## TASK DETAILS:
Among the entries below, extract exactly the lines that run from the one with "v 571.5 -50.8 -450.85" through the one with "v -565.15 -12.7 -457.2", both ends included.

################

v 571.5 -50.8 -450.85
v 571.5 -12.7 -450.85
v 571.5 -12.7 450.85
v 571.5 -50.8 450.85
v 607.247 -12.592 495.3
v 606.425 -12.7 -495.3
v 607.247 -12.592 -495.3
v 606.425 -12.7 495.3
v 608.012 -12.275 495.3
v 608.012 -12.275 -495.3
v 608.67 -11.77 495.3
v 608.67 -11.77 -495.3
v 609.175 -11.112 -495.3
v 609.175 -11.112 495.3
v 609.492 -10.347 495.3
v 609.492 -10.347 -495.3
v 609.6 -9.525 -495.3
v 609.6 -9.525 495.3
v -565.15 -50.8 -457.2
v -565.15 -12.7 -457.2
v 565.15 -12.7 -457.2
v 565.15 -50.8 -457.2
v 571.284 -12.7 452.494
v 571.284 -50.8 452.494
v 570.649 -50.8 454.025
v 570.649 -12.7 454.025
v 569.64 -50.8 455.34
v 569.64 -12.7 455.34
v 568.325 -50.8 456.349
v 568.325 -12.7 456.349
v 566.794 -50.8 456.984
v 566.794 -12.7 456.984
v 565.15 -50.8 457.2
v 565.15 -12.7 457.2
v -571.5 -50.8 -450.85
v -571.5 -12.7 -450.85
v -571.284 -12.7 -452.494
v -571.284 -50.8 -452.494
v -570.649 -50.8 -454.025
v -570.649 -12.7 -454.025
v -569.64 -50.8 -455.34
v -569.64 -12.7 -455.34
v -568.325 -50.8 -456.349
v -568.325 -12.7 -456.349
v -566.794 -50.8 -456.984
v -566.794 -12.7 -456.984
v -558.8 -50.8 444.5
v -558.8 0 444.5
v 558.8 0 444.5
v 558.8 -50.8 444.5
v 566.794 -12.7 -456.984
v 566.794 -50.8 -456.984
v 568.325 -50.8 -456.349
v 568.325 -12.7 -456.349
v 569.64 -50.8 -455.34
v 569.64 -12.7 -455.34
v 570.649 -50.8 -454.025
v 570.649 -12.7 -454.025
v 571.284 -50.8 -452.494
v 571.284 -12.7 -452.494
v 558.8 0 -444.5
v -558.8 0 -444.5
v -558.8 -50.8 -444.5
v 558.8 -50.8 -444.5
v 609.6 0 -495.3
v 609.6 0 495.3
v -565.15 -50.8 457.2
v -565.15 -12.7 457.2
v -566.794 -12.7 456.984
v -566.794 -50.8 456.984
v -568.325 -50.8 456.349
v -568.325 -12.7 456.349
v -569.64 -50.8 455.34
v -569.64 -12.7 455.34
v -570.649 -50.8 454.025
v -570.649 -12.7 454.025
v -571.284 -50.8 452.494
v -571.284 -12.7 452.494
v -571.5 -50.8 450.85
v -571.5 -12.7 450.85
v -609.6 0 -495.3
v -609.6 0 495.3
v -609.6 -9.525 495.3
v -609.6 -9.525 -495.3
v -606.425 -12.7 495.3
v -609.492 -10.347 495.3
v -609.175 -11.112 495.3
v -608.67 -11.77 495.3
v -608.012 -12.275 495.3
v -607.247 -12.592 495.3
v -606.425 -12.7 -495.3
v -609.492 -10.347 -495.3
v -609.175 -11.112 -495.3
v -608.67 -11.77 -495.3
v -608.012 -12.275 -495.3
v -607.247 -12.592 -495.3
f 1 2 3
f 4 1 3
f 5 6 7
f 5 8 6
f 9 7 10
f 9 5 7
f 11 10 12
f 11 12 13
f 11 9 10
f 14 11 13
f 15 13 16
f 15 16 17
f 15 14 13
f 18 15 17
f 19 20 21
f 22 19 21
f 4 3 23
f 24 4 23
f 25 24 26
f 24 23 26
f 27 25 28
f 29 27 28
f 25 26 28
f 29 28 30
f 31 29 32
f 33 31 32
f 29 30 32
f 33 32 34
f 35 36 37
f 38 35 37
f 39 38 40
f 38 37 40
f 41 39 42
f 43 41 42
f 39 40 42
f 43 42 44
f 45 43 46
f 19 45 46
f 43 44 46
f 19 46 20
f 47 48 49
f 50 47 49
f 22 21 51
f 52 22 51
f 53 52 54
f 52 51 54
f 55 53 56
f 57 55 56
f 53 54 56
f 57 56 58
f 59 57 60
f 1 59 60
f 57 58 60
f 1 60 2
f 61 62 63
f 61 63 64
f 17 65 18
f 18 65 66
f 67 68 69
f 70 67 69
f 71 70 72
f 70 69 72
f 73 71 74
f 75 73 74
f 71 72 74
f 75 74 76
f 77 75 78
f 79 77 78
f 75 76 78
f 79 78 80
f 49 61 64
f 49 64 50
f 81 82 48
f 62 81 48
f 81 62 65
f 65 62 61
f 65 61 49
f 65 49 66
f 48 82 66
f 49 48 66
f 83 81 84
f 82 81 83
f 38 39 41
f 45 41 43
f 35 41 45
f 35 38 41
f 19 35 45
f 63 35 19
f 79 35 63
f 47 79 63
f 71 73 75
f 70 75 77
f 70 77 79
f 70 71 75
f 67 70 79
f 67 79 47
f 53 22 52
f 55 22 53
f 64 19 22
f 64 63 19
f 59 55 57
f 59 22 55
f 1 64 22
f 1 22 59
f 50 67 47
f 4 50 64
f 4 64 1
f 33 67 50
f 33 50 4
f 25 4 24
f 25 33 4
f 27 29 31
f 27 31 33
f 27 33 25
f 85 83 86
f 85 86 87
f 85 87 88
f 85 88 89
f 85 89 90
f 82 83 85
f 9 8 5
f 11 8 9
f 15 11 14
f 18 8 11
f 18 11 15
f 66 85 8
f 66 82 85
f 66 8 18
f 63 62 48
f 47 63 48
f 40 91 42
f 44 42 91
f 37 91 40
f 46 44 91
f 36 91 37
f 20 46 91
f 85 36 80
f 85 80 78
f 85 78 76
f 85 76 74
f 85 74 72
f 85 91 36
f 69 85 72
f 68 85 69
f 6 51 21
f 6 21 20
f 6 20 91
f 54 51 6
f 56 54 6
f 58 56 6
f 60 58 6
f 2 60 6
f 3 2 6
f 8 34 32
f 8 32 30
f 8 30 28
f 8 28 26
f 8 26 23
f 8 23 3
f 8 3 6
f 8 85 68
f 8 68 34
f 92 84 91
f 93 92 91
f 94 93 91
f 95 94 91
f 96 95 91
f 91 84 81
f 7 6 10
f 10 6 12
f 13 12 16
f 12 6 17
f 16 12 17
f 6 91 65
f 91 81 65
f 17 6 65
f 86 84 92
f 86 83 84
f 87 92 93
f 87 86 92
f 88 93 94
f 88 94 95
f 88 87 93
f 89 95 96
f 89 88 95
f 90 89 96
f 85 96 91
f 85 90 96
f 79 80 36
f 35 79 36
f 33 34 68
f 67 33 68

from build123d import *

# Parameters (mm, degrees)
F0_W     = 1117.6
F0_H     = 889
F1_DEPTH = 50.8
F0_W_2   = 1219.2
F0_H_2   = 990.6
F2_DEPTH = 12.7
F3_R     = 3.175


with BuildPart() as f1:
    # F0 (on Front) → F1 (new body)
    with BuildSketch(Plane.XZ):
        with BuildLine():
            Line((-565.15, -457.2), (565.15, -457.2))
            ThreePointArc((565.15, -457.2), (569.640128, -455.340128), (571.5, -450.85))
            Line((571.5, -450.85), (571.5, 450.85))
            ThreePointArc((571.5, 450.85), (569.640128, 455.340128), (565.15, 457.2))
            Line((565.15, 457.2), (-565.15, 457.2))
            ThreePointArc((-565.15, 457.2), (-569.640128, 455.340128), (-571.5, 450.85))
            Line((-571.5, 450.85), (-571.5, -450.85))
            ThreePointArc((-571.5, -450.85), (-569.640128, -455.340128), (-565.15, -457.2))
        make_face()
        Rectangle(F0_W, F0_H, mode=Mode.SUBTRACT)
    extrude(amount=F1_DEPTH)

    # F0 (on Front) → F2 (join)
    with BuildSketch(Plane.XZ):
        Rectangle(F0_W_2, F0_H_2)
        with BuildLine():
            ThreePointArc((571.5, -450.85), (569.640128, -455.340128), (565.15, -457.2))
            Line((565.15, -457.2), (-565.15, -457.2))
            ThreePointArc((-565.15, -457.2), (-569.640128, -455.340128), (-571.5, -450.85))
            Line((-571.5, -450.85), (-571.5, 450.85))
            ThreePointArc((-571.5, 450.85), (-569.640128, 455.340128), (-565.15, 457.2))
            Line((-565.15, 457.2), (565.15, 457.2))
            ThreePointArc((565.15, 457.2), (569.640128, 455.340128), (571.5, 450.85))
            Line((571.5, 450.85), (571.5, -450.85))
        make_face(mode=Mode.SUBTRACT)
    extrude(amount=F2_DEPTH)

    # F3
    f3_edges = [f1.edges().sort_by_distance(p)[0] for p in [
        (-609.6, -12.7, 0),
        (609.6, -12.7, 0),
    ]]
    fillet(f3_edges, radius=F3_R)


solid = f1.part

################

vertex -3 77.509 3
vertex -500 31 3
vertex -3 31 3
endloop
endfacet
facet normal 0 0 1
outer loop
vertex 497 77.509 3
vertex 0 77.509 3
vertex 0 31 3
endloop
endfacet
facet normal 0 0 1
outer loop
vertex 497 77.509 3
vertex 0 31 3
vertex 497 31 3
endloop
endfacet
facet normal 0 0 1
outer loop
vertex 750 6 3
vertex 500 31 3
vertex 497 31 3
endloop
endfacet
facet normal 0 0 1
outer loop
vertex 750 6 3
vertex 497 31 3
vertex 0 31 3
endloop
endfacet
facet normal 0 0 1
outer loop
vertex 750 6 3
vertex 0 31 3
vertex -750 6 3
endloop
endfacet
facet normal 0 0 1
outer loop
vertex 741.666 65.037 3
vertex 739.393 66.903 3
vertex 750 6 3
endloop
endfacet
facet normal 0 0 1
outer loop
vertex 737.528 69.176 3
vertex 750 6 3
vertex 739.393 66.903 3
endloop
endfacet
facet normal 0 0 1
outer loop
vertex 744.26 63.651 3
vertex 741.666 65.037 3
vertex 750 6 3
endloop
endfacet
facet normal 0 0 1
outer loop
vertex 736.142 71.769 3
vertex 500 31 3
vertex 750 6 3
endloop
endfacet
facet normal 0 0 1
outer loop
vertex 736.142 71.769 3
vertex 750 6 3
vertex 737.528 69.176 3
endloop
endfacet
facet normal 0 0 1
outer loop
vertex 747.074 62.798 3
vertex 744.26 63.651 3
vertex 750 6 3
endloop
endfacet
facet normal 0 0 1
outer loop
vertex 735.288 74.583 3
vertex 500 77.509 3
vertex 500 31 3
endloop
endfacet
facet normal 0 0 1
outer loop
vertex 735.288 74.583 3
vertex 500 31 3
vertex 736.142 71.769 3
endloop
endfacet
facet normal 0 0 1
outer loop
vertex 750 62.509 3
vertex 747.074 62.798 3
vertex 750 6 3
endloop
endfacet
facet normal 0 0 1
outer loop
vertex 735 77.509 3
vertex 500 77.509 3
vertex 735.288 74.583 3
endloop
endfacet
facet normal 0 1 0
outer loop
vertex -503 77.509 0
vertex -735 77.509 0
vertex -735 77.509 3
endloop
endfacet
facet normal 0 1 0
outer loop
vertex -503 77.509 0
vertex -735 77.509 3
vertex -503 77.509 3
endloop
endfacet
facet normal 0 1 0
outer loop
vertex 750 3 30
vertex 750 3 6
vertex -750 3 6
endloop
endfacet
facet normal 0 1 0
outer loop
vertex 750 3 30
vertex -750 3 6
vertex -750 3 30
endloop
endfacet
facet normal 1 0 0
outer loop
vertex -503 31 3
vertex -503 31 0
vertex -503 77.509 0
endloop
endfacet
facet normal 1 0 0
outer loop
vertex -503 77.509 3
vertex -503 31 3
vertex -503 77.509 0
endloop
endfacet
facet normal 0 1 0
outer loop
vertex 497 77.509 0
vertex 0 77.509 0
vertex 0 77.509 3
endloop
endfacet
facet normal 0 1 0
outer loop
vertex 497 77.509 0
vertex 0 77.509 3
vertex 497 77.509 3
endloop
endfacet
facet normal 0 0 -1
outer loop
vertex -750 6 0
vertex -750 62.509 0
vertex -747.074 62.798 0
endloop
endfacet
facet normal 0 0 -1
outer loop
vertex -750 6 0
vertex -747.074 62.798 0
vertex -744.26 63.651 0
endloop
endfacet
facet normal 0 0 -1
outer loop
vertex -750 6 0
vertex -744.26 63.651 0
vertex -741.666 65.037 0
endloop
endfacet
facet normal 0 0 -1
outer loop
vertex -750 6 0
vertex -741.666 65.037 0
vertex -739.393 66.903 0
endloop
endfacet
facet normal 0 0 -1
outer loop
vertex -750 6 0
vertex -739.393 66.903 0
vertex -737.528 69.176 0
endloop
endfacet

################

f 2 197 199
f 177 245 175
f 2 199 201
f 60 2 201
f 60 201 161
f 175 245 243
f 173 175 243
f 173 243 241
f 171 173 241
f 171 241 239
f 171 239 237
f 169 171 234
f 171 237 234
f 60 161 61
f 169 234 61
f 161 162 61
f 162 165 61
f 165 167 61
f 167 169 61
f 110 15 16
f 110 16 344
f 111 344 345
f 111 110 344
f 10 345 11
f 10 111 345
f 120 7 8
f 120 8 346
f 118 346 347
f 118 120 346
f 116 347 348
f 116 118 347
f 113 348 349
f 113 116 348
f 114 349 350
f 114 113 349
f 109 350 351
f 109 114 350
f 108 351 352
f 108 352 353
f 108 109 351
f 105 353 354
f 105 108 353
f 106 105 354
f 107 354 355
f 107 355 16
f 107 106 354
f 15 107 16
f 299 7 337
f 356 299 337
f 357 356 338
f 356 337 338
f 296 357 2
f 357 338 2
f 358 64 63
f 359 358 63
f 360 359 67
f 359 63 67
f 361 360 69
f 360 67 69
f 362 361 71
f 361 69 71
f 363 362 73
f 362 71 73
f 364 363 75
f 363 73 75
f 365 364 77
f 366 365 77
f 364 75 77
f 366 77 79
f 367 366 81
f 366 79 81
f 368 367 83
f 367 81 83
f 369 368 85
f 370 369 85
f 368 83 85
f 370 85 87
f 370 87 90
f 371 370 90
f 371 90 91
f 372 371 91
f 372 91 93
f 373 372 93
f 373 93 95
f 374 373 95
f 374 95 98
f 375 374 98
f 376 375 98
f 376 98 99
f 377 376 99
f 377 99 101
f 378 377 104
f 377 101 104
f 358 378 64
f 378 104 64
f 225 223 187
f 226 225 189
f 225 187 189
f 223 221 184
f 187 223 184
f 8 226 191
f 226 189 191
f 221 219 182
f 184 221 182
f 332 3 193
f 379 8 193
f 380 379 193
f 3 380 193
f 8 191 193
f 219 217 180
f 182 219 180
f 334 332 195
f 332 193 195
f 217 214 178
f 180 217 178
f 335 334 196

################

## REPLY:
v 571.5 -50.8 -450.85
v 571.5 -12.7 -450.85
v 571.5 -12.7 450.85
v 571.5 -50.8 450.85
v 607.247 -12.592 495.3
v 606.425 -12.7 -495.3
v 607.247 -12.592 -495.3
v 606.425 -12.7 495.3
v 608.012 -12.275 495.3
v 608.012 -12.275 -495.3
v 608.67 -11.77 495.3
v 608.67 -11.77 -495.3
v 609.175 -11.112 -495.3
v 609.175 -11.112 495.3
v 609.492 -10.347 495.3
v 609.492 -10.347 -495.3
v 609.6 -9.525 -495.3
v 609.6 -9.525 495.3
v -565.15 -50.8 -457.2
v -565.15 -12.7 -457.2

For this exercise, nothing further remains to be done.